Friday, 14 June 2019

THEATRE REVIEW: The Weight Of Repopulating A Nation - Toxteth TV Studios, Liverpool.


24th April is commemorated by Armenians around the world as Genocide Remembrance Day. Never officially declared a genocide, The Weight Of Repopulating A Nation is a crusade by half Armenian half British playwright Leianna Boodaghian-Owen to discover her Christian ancestors and to share their story of the systematic extermination of Armenians by the Ottomans taking a starting point of 24th April 1915. I have no need of referring to my notes for this date. Boodaghian-Owen repeated the date throughout her stunning autobiographical performance. The piece is deeply moving and raises uncomfortable questions that are both historical and serve as a warning.

Chairs set out in wide unbroken rows faced a simple set at ground level creating a slightly crowded feeling. Immediately visually appealing, the audience took in a spotlighted microphone stand and a cluttered table with simple chair. Eyes were drawn to the floor set out with a row of assorted papers, envelopes and objects that we discover represent pieces of evidence. Each piece was later held up and referred to as the atrocities unfolded. A striking young woman, dressed all in black, Boodaghian-Owen both entertains and educates, immediately gaining the audience’s trust with her presence and forthright attitude as she told us that no-one had heard of the Armenians before the Kardashians. She is a woman on a mission although at times she also appeared vulnerable and physically small.
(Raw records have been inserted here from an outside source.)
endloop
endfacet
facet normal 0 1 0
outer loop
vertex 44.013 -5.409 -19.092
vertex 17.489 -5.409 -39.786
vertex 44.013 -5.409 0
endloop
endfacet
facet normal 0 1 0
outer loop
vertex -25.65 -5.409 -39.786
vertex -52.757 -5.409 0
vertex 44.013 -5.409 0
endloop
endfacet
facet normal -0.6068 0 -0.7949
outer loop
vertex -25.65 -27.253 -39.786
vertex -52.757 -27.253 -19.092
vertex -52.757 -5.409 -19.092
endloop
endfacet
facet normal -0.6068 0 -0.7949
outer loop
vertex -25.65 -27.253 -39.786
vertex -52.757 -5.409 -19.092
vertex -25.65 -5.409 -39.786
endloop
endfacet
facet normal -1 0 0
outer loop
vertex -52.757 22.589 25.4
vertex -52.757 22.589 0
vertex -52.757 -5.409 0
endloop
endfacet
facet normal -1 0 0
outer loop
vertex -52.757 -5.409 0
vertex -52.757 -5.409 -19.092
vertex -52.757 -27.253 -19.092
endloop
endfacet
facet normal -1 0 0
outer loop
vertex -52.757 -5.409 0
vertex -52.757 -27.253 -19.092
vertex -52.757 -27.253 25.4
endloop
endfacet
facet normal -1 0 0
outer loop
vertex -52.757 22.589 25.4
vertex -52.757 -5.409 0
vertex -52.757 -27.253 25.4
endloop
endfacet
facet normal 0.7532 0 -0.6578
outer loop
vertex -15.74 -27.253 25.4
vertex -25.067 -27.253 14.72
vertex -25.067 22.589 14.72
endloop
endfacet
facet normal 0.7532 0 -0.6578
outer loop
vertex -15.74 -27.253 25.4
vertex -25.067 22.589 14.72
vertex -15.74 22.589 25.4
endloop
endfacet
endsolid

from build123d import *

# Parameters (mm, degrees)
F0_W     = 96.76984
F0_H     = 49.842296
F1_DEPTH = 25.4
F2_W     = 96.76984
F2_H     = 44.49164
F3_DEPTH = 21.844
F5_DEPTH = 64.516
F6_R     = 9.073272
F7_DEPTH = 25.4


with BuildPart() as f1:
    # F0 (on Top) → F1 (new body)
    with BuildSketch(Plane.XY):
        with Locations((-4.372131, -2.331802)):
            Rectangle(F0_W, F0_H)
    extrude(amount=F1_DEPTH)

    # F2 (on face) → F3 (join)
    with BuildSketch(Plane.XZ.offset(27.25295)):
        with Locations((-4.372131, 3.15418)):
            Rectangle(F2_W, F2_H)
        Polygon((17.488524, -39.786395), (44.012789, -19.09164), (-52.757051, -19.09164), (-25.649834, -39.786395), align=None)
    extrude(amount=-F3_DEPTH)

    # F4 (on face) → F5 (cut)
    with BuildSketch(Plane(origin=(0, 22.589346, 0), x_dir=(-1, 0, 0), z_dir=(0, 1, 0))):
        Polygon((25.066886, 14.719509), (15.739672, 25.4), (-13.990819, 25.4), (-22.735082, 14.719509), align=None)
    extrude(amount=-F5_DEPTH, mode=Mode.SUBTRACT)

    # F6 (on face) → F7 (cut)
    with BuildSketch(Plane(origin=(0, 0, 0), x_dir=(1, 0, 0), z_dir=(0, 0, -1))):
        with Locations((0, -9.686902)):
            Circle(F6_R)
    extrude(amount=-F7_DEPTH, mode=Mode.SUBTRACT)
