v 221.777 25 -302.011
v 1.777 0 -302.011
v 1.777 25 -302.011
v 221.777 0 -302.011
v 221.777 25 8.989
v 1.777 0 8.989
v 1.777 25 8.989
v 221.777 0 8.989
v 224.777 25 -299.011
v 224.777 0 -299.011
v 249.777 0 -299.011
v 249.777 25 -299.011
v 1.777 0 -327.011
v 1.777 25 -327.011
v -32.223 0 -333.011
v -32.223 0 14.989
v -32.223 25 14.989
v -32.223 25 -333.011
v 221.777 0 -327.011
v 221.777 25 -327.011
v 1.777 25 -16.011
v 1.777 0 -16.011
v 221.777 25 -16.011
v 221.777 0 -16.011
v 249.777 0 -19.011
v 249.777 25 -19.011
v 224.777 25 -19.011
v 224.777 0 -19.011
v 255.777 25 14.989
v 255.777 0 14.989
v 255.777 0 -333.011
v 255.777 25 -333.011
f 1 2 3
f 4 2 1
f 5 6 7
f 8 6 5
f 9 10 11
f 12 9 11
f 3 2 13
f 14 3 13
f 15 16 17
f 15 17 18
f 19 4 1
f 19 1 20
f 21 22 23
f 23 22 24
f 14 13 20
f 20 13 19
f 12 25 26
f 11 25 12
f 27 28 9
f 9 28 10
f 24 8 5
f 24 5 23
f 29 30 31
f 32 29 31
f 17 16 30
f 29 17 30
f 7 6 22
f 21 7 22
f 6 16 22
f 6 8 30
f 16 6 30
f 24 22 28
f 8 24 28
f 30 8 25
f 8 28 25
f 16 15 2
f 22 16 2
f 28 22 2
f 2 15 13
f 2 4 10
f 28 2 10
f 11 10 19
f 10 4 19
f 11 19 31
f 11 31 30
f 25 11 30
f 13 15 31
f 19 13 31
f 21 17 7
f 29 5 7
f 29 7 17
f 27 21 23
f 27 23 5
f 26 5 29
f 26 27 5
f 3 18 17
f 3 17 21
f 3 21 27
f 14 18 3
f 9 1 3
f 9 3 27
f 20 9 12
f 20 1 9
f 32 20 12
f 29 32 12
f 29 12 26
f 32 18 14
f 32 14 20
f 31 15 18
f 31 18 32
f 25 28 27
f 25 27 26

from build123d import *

# Parameters (mm, degrees)
SKETCH1_W           = 288
SKETCH1_H           = 348
BOSS_EXTRUDE1_DEPTH = 25
SKETCH2_W           = 220
SKETCH2_H           = 25
SKETCH2_W_2         = 25
SKETCH2_H_2         = 280
CUT_EXTRUDE5_DEPTH  = 25


with BuildPart() as part:
    # Sketch1 → Boss-Extrude1 (new body)
    with BuildSketch(Plane(origin=(0, 0, 0), x_dir=(1, 0, 0), z_dir=(0, 1, 0))):
        with Locations((111.777306141, 159.011164947)):
            Rectangle(SKETCH1_W, SKETCH1_H)
    extrude(amount=BOSS_EXTRUDE1_DEPTH)

    # Sketch2 → Cut-Extrude5 (cut)
    with BuildSketch(Plane(origin=(0, 0, 0), x_dir=(1, 0, 0), z_dir=(0, 1, 0))):
        with Locations((111.777306141, 314.511164947)):
            Rectangle(SKETCH2_W, SKETCH2_H)
        with Locations((111.777306141, 3.511164947)):
            Rectangle(SKETCH2_W, SKETCH2_H)
        with Locations((237.277306141, 159.011164947)):
            Rectangle(SKETCH2_W_2, SKETCH2_H_2)
    extrude(amount=CUT_EXTRUDE5_DEPTH, mode=Mode.SUBTRACT)


solid = part.part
A huge white backcloth first surprises with an opening grainy black and white image then shocks as the brain processed a row of naked women, heads drooped, crucified.

Emma Bramley, Artistic Director of All Things Considered Theatre Company knows how to tell a story with an audience in mind. The Bramley/Boodaghian-Owen partnership has brought a jumble of historical facts, family interviews and Armenian community aural history together to produce a well-researched coherent performance that holds the audience spellbound from start to finish. Focussing on the 1915 death marches into the Syrian desert and its aftermath it was at times hard to listen to. There is a particularly harrowing account of the murder and disposal of a thousand orphaned children. We learn that their deaths were passed off as natural causes. Under the careful direction of Bramley, Boodaghian-Owen offsets this by interspersing contemporary, often humorous, anecdotes from her own family as she glides easily between directly addressing the audience as herself, readings and taking on the roles of past Armenian women. Simple headscarves served well as costume adaptations as with each change she assumed a believable character while recounting experiences of a young woman, older woman, a child. The performance was enhanced by the use of mixed media; recorded voices, giant images, archive film footage. Acknowledged by some as the forerunner of the Holocaust, the screen displayed archive images and quotations throughout,

“After all, who remembers today the extermination of the Armenians?” Adolf Hitler 22 August 1939

Boodaghian-Owen feels the weight of her past and a sense of responsibility to the 1.5 million who were killed, a figure still disputed by the Turkish people. It is said that every Armenian family has a genocide story and she not only did justice to her own but continues in the great tradition of storytelling. Using voice-over, she vigorously questions her Armenian father, ‘Why don’t I speak Armenian?’. The answer is heart-breaking, he wanted her to fit in. He hoped that she would ask questions later, he added. This may be a one-woman performance but as the saying goes, ‘It takes a village’, and surrounded by family and friends old and new the hour-long story is left with the voice of a child proudly exclaiming, ‘I’m Armenian’. It is Boodaghian-Owen’s daughter. Her name is Hope.